Switching language resets preferences and breaks app recognition in Creative Cloud
I’m writing as an enterprise customer managing multiple Adobe Creative Cloud licenses across a multilingual team. We frequently switch UI languages and reassign machines, so consistent environment management is essential to maintaining workflow stability.
When switching InDesign’s UI language through Creative Cloud (for example, from Czech to English), all user-specific settings — workspaces, keyboard shortcuts, export presets, print settings, and scripts — are effectively lost.
This happens because each language version maintains a separate preferences folder (csCZ, enUS, etc.) with no migration or shared profile mechanism. After changing the install language, Creative Cloud also misidentifies previously installed applications as uninstalled, causing confusion and unnecessary duplication.
This design makes environment management extremely inefficient for enterprise and multilingual users. Reconfiguring an entire setup every time a language or workstation changes is unproductive and error-prone.
At the enterprise level, we expect:
1. Centralized, cloud-synced user preferences tied to the user’s Adobe ID — covering shortcuts, workspaces, scripts, and presets.
2. Team-level sharing and deployment of those settings to ensure consistency across multiple users and systems.
3. A proper migration utility for switching application language or version.

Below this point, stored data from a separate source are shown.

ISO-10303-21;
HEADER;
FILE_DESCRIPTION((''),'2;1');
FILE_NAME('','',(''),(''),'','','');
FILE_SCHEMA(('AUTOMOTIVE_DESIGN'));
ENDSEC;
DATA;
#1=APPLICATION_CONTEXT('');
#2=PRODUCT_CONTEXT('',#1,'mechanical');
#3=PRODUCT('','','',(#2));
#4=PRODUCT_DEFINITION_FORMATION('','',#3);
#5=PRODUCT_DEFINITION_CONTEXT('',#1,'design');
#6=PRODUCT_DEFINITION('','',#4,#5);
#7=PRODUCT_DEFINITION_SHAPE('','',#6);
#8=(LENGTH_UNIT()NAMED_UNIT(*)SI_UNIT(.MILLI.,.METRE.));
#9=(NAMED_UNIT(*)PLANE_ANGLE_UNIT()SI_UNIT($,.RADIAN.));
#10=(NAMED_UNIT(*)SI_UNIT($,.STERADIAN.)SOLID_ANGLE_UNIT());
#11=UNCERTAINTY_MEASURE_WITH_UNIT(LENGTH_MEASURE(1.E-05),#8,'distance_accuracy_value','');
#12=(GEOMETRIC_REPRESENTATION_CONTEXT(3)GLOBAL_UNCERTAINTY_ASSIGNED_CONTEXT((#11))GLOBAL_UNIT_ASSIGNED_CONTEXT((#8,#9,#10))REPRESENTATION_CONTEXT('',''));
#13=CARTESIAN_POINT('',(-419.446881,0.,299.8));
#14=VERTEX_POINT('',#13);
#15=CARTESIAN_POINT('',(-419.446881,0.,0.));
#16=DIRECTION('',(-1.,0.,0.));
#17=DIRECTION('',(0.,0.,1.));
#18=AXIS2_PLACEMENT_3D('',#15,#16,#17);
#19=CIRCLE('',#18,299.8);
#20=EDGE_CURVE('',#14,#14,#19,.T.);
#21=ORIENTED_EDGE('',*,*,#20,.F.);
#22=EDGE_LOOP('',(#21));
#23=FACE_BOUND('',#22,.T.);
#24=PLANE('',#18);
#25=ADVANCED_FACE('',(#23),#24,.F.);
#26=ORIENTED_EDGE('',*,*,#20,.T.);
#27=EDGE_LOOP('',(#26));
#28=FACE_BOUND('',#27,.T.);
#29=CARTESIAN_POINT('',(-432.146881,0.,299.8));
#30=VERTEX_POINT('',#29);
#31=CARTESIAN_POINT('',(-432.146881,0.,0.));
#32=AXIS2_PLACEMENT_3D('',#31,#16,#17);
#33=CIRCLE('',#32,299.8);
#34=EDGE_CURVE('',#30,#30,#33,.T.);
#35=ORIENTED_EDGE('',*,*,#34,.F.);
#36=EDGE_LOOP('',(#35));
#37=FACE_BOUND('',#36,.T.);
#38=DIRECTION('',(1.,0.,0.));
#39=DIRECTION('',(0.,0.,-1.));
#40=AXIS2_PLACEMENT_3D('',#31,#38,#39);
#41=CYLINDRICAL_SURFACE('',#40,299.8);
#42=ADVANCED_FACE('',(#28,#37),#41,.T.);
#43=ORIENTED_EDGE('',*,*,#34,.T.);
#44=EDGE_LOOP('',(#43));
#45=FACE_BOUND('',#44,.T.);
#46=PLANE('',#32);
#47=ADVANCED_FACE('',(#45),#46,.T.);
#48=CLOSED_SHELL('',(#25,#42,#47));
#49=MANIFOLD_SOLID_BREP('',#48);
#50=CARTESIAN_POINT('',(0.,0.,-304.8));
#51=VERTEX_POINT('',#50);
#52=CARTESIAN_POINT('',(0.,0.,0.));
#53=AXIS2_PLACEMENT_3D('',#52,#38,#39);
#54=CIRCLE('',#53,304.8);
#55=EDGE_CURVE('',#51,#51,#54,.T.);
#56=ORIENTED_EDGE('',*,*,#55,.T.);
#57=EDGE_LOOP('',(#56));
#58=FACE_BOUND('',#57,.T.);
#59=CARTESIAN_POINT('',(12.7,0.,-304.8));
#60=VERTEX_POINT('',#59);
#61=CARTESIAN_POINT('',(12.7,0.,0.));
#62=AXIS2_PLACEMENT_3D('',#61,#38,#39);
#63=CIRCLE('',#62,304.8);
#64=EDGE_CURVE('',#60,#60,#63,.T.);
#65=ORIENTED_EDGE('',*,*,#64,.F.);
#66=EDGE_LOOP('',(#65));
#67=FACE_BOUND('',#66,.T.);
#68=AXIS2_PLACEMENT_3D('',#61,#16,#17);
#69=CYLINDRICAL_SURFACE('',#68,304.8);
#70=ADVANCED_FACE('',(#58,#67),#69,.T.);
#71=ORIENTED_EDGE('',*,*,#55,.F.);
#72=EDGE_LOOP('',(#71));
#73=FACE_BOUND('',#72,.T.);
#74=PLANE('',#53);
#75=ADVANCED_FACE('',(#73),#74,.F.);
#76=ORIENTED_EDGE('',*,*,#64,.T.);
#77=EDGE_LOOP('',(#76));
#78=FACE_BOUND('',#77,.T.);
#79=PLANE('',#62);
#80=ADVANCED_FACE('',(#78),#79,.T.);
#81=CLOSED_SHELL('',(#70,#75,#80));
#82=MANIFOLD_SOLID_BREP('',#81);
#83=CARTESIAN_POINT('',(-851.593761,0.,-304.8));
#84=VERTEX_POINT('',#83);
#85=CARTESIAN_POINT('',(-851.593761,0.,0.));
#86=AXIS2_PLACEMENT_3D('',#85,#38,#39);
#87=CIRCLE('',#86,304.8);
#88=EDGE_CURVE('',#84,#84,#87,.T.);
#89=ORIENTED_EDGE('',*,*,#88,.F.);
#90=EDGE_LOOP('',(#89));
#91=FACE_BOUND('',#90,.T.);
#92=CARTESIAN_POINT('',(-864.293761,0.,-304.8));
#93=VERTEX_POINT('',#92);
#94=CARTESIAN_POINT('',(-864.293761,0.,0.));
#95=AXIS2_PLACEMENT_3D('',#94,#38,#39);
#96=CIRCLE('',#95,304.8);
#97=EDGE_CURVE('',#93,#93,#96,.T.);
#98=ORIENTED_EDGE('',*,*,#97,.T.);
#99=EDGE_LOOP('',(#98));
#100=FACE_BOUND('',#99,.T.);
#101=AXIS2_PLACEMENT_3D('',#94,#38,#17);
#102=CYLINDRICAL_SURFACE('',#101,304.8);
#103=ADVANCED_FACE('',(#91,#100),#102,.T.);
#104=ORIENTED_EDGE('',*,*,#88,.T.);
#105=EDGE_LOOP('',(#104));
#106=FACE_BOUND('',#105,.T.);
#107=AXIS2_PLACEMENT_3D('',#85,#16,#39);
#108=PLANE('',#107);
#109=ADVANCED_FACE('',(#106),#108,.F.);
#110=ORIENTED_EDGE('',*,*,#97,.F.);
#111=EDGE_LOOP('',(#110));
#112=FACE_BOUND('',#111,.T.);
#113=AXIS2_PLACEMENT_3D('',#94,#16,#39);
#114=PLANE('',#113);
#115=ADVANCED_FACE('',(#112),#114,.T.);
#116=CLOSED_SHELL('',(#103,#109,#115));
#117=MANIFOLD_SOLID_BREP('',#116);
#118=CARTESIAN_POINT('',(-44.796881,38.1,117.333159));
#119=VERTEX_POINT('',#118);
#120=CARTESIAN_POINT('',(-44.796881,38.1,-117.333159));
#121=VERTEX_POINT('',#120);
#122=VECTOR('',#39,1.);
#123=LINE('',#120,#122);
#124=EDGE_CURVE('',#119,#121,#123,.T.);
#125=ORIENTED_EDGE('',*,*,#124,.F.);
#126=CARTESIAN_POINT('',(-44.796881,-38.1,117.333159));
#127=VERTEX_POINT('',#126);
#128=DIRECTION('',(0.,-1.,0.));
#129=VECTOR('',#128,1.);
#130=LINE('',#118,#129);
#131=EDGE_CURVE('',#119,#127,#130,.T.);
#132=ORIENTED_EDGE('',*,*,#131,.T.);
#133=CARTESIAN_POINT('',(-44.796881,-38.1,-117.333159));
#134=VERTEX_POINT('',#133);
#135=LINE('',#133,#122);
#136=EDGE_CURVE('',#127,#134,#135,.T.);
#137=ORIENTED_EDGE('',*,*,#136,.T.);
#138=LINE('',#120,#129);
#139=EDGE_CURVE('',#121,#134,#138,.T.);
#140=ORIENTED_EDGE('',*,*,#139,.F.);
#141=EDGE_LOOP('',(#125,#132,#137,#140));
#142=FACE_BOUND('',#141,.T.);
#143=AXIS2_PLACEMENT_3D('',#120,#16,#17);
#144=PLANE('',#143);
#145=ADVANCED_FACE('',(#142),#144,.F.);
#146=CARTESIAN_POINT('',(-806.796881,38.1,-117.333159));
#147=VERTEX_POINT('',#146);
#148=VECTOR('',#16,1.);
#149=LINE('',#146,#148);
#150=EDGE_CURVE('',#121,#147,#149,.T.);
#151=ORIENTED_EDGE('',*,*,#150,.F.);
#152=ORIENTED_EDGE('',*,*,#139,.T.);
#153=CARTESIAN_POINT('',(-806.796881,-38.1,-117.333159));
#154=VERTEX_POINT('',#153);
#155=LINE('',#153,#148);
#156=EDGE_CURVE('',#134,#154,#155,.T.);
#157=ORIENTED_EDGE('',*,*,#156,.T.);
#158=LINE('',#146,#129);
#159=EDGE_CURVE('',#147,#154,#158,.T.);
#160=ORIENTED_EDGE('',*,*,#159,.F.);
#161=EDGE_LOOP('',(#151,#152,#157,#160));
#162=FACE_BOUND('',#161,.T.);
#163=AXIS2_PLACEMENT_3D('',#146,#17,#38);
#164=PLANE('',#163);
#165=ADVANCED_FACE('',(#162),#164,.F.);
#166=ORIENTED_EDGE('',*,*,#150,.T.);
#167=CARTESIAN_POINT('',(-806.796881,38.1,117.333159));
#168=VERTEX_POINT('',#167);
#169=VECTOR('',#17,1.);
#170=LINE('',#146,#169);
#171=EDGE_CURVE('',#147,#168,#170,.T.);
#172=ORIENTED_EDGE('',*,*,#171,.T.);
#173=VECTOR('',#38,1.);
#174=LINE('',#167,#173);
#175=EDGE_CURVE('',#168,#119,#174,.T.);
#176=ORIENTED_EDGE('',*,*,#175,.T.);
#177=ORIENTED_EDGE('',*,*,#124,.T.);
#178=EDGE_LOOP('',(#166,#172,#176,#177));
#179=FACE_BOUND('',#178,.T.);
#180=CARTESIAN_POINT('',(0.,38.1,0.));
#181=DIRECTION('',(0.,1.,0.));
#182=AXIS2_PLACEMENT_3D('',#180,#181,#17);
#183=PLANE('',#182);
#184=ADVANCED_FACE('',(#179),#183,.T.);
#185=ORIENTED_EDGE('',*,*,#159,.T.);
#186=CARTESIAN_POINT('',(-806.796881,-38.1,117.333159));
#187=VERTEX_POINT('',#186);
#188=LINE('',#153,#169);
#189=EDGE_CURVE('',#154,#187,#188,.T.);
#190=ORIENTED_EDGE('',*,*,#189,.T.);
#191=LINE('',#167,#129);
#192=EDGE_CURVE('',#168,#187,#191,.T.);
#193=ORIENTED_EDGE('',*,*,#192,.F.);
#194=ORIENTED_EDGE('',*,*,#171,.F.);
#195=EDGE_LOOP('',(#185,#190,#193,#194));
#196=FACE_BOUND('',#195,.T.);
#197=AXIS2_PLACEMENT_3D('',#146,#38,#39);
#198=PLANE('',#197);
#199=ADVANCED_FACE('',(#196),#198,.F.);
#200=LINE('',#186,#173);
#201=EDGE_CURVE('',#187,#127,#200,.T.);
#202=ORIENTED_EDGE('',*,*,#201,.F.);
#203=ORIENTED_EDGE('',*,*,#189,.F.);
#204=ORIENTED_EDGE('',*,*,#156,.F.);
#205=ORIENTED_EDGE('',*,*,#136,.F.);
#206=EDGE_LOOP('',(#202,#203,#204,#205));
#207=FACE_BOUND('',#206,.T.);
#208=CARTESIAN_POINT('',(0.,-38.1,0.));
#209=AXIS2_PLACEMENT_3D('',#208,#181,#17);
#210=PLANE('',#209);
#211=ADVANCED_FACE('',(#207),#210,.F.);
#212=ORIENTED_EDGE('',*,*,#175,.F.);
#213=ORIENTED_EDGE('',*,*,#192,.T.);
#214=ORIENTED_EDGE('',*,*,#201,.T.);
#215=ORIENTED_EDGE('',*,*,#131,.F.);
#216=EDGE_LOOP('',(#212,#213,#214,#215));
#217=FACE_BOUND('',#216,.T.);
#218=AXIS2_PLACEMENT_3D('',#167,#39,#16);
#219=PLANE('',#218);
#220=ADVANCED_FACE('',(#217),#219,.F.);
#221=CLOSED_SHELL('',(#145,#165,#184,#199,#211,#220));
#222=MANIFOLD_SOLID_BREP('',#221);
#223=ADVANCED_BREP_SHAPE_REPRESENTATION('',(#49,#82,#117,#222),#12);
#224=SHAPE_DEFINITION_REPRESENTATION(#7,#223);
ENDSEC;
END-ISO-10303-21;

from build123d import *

# Parameters (mm, degrees)
SKETCH2_R           = 304.8
BOSS_EXTRUDE1_DEPTH = 12.7
SKETCH3_W           = 762
SKETCH3_H           = 234.666318372
BOSS_EXTRUDE2_DEPTH = 38.1
SKETCH4_R           = 299.8
BOSS_EXTRUDE3_DEPTH = 6.35


with BuildPart() as part:
    # Sketch2 → Boss-Extrude1 (new body)
    with BuildSketch(Plane(origin=(0, 0, 0), x_dir=(0, 0, -1), z_dir=(1, 0, 0))):
        Circle(SKETCH2_R)
    extrude(amount=BOSS_EXTRUDE1_DEPTH)


with BuildPart() as body_2:
    # Sketch3 → Boss-Extrude2 (new, symmetric)
    with BuildSketch(Plane(origin=(0, 0, 0), x_dir=(1, 0, 0), z_dir=(0, 1, 0))):
        with Locations((-425.796880592, 0)):
            Rectangle(SKETCH3_W, SKETCH3_H)
    extrude(amount=BOSS_EXTRUDE2_DEPTH, both=True)


with BuildPart() as body_3:
    # Sketch4 → Boss-Extrude3 (new, symmetric)
    with BuildSketch(Plane.ZY.offset(425.796880592)):
        Circle(SKETCH4_R)
    extrude(amount=BOSS_EXTRUDE3_DEPTH, both=True)


with BuildPart() as body_4:
    # Mirror1: mirrored copy
    add(part.part.mirror(Plane.ZY.offset(425.796880592)))


solid = Compound([part.part, body_2.part, body_3.part, body_4.part])
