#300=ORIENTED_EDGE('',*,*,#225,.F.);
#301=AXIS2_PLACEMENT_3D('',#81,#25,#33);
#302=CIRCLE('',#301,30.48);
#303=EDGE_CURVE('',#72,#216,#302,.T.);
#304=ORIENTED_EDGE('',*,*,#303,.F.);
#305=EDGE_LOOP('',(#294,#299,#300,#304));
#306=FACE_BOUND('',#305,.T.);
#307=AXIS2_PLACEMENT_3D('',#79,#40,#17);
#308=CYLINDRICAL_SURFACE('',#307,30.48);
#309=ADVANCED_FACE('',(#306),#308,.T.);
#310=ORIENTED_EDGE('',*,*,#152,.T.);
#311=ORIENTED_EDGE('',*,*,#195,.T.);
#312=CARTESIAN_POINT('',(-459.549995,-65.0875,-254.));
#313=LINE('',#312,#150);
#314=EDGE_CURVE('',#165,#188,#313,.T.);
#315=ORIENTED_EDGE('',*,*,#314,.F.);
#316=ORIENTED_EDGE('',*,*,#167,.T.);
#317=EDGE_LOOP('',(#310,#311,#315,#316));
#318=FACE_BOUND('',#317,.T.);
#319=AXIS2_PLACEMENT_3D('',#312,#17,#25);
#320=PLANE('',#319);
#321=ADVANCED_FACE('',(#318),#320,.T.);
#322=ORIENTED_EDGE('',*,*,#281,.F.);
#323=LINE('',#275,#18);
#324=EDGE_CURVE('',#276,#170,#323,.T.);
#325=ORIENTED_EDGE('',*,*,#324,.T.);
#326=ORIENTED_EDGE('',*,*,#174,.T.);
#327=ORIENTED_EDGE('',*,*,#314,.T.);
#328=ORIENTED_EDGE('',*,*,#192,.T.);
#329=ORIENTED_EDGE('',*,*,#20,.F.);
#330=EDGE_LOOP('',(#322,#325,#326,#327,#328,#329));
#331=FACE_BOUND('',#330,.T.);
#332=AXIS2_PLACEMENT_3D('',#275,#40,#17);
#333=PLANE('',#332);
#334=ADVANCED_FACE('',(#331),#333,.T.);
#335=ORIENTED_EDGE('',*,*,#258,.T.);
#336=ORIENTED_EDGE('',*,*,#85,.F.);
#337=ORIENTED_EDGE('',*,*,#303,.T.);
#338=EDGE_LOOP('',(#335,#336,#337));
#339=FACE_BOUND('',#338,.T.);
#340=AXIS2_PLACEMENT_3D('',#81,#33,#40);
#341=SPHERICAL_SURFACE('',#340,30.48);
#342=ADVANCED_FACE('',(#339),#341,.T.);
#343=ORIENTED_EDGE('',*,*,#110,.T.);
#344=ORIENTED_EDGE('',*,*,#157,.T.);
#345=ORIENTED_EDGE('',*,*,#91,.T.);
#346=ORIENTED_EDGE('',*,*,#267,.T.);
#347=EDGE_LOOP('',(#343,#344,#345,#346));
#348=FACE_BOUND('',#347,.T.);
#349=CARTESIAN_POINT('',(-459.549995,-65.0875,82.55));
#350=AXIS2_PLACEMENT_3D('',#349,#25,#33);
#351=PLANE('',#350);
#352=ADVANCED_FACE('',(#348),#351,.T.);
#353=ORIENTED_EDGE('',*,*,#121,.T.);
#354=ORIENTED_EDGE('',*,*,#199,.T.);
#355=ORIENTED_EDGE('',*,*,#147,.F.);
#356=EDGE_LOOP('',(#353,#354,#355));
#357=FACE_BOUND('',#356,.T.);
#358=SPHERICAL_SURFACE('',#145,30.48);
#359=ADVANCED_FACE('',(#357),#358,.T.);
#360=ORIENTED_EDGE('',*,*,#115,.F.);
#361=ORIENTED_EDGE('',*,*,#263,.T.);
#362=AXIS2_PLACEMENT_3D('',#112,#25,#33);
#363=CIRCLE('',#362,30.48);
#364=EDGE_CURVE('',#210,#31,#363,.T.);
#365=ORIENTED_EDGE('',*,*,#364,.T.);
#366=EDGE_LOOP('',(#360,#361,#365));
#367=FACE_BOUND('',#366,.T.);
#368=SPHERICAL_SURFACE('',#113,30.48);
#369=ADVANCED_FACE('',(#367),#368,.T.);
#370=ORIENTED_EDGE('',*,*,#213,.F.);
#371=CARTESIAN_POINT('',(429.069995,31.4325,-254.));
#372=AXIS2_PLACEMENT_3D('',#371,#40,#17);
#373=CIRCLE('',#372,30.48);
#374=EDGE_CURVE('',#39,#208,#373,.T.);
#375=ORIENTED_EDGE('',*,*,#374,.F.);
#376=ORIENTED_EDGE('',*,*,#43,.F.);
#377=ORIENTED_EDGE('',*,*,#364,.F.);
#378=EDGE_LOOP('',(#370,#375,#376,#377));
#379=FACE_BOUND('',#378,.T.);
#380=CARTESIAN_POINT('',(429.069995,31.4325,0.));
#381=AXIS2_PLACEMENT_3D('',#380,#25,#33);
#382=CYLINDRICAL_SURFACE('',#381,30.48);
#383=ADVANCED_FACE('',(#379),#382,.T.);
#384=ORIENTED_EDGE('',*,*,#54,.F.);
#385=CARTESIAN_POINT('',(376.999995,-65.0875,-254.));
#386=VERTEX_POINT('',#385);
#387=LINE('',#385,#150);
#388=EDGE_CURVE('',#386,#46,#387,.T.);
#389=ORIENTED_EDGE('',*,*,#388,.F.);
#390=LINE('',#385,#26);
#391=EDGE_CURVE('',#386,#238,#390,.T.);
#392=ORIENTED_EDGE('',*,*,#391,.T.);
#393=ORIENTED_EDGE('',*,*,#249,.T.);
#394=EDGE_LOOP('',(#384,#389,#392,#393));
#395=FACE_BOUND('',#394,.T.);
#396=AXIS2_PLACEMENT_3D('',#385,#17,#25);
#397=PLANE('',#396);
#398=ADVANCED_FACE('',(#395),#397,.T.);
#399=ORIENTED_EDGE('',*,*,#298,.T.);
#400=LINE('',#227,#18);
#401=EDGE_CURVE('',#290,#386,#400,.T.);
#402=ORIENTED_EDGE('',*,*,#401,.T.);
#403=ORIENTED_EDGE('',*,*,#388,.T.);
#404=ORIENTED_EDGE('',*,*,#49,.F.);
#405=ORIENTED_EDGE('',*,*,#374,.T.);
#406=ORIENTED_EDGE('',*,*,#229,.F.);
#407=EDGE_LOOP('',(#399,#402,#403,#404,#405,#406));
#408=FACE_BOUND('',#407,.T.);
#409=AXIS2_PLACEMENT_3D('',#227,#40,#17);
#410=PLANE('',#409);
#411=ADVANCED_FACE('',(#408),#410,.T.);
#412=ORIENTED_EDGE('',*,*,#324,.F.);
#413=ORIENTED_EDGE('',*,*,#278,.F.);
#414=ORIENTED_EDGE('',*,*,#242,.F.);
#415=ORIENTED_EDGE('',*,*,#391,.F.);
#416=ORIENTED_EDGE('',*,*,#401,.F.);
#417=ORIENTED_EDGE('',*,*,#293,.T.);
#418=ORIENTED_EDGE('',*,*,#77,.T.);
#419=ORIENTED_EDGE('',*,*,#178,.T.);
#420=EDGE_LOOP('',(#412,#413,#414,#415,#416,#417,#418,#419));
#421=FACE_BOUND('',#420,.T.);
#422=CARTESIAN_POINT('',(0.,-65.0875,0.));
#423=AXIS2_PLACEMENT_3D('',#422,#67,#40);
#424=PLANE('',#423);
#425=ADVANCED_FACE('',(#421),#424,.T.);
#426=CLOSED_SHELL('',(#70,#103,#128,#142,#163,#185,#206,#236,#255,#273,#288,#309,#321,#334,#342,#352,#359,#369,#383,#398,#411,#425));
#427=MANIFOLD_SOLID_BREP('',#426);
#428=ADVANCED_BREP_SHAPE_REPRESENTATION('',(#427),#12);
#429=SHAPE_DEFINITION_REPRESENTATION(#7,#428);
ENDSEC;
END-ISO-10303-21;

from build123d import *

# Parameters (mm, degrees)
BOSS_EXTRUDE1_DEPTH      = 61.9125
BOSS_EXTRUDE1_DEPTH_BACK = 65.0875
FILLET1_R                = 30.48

4. A cleaned-up folder structure, as the current InDesign and Creative Cloud environment creates excessive fragmentation and clutter across system directories.
Additionally, it’s quite concerning that as an enterprise customer, there’s no direct way to reach Adobe’s product or technical teams through the Admin Console. Even with enterprise credentials, the only available channel to report structural issues like this is via public forums. That’s not acceptable for enterprise-level support expectations.
Adobe software produces one of the most chaotic preference folder structures in the industry. Modernizing this system to a unified, cloud-based model would eliminate countless hours of redundant setup and maintenance.
This issue directly impacts productivity, IT efficiency, and user experience in professional environments. Please escalate this internally to both the InDesign and Creative Cloud teams for review.
I’m happy to provide detailed workflow examples or configuration data if that helps the product team understand the enterprise-level impact.